## Your goal
From the first line of the data through the line containing "#27=AXIS2_PLACEMENT_3D('',#26,#16,#17);", return each line exactly.

--- Dataset Enclosed Below ---

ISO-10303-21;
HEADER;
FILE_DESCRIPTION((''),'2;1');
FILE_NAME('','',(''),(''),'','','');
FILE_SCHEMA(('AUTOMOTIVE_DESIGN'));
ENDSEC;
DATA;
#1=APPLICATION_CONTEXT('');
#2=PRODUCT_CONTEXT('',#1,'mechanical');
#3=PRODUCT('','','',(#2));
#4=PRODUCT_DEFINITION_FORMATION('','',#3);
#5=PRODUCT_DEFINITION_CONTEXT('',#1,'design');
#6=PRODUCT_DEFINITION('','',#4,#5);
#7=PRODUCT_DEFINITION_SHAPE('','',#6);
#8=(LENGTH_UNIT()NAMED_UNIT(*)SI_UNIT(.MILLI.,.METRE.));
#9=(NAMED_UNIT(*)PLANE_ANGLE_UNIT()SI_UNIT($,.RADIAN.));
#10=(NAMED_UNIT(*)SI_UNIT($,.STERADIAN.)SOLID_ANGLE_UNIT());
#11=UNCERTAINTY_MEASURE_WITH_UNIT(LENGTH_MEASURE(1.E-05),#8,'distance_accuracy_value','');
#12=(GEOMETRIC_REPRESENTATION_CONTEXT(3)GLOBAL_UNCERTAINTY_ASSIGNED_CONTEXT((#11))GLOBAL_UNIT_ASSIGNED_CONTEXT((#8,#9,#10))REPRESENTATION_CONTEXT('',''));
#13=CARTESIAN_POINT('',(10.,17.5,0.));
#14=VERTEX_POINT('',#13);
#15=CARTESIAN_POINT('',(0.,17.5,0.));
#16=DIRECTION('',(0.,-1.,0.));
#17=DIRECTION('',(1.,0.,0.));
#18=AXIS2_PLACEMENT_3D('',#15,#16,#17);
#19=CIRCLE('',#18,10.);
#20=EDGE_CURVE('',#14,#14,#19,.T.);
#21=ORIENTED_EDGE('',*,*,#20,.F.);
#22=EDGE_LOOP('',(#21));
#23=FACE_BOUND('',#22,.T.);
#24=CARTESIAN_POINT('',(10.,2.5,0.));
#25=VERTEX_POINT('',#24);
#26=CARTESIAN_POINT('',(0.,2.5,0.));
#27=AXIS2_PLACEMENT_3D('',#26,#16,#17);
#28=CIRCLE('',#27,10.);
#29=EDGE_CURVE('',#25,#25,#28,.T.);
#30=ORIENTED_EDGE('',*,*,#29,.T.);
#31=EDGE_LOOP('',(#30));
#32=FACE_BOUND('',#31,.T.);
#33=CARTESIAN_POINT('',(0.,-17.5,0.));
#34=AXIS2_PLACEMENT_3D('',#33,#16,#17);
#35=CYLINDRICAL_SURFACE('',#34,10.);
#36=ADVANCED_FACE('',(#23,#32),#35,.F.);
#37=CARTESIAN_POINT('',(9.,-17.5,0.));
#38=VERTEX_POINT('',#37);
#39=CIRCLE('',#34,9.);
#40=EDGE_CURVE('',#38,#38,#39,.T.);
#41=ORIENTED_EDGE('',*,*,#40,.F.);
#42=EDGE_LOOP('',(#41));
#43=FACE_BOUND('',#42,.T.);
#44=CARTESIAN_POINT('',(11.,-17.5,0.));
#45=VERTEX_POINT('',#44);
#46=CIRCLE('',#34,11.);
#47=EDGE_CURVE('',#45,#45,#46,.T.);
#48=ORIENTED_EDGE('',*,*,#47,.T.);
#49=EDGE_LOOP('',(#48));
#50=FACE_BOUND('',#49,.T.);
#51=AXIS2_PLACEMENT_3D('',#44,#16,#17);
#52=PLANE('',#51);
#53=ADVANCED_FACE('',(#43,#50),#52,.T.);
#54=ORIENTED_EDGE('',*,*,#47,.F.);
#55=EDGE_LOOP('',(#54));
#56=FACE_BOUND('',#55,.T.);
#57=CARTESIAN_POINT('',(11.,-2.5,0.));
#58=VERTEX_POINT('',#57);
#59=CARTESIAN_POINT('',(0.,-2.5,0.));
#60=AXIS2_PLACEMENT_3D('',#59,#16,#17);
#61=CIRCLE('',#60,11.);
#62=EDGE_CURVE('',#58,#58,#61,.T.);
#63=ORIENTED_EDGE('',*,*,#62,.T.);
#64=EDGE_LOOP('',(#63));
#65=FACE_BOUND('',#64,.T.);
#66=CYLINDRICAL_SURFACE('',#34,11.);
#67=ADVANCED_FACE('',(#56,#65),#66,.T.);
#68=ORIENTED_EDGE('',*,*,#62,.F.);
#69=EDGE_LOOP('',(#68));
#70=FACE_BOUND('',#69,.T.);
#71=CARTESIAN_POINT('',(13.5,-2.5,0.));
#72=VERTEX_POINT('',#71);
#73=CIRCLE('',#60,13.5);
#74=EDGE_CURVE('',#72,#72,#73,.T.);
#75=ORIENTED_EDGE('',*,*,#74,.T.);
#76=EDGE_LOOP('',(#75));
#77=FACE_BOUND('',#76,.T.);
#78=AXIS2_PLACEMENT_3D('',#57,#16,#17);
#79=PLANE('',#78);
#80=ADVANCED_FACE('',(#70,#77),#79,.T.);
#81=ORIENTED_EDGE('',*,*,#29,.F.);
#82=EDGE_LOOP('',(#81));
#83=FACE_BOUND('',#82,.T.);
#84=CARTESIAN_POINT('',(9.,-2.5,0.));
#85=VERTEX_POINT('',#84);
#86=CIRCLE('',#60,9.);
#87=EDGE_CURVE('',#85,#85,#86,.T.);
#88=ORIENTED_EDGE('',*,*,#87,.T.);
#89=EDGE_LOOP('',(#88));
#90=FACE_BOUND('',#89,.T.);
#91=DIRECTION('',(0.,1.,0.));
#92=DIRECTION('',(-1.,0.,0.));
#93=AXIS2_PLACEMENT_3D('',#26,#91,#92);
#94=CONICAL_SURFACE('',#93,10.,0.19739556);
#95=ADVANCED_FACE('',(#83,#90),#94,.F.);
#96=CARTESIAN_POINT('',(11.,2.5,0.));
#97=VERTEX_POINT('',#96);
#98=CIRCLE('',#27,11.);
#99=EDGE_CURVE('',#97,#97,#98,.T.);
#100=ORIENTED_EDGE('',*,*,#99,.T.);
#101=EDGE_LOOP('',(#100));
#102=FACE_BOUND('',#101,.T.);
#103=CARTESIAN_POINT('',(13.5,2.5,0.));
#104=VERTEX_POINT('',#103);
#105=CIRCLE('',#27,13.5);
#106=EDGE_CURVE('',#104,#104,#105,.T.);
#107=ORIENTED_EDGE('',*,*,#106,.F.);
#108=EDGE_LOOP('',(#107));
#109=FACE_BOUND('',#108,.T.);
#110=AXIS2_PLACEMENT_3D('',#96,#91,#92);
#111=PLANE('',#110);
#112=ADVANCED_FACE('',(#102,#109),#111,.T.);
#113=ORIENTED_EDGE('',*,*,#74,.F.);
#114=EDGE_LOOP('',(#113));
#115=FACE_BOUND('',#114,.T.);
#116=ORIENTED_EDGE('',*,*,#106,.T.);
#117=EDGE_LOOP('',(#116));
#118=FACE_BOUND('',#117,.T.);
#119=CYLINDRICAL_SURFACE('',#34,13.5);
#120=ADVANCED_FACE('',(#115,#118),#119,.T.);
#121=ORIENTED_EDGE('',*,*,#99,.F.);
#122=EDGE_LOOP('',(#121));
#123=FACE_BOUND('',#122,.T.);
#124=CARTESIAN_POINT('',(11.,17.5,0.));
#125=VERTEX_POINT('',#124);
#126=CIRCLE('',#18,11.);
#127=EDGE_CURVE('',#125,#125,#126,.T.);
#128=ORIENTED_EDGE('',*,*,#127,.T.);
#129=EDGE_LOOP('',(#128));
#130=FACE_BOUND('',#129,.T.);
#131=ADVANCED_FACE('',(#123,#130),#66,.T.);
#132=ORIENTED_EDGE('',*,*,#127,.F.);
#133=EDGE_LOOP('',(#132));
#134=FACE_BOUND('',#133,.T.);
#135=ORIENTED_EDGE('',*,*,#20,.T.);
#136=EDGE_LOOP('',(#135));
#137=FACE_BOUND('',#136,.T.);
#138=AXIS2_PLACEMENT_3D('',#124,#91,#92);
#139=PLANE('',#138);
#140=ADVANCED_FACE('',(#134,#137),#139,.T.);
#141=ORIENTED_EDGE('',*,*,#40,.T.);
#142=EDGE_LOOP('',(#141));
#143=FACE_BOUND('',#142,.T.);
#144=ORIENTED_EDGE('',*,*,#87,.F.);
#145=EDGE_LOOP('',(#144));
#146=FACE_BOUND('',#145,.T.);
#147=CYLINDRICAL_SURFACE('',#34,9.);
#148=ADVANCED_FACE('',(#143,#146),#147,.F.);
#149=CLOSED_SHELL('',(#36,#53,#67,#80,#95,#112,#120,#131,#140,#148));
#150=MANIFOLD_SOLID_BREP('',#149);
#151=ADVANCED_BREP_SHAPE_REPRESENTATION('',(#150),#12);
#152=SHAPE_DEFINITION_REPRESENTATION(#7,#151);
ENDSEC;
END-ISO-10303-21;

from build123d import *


with BuildPart() as part:
    # Sketch1 → Revolve1 (revolve)
    with BuildSketch(Plane.XY):
        Polygon((10, 17.5), (10, 2.5), (9, -2.5), (9, -17.5), (11, -17.5), (11, -2.5), (13.5, -2.5), (13.5, 2.5), (11, 2.5), (11, 17.5), align=None)
    revolve(axis=Axis((0, -17.5, 0), (0, 1, 0)))


solid = part.part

--- End of Enclosed Dataset ---

## Response box
ISO-10303-21;
HEADER;
FILE_DESCRIPTION((''),'2;1');
FILE_NAME('','',(''),(''),'','','');
FILE_SCHEMA(('AUTOMOTIVE_DESIGN'));
ENDSEC;
DATA;
#1=APPLICATION_CONTEXT('');
#2=PRODUCT_CONTEXT('',#1,'mechanical');
#3=PRODUCT('','','',(#2));
#4=PRODUCT_DEFINITION_FORMATION('','',#3);
#5=PRODUCT_DEFINITION_CONTEXT('',#1,'design');
#6=PRODUCT_DEFINITION('','',#4,#5);
#7=PRODUCT_DEFINITION_SHAPE('','',#6);
#8=(LENGTH_UNIT()NAMED_UNIT(*)SI_UNIT(.MILLI.,.METRE.));
#9=(NAMED_UNIT(*)PLANE_ANGLE_UNIT()SI_UNIT($,.RADIAN.));
#10=(NAMED_UNIT(*)SI_UNIT($,.STERADIAN.)SOLID_ANGLE_UNIT());
#11=UNCERTAINTY_MEASURE_WITH_UNIT(LENGTH_MEASURE(1.E-05),#8,'distance_accuracy_value','');
#12=(GEOMETRIC_REPRESENTATION_CONTEXT(3)GLOBAL_UNCERTAINTY_ASSIGNED_CONTEXT((#11))GLOBAL_UNIT_ASSIGNED_CONTEXT((#8,#9,#10))REPRESENTATION_CONTEXT('',''));
#13=CARTESIAN_POINT('',(10.,17.5,0.));
#14=VERTEX_POINT('',#13);
#15=CARTESIAN_POINT('',(0.,17.5,0.));
#16=DIRECTION('',(0.,-1.,0.));
#17=DIRECTION('',(1.,0.,0.));
#18=AXIS2_PLACEMENT_3D('',#15,#16,#17);
#19=CIRCLE('',#18,10.);
#20=EDGE_CURVE('',#14,#14,#19,.T.);
#21=ORIENTED_EDGE('',*,*,#20,.F.);
#22=EDGE_LOOP('',(#21));
#23=FACE_BOUND('',#22,.T.);
#24=CARTESIAN_POINT('',(10.,2.5,0.));
#25=VERTEX_POINT('',#24);
#26=CARTESIAN_POINT('',(0.,2.5,0.));
#27=AXIS2_PLACEMENT_3D('',#26,#16,#17);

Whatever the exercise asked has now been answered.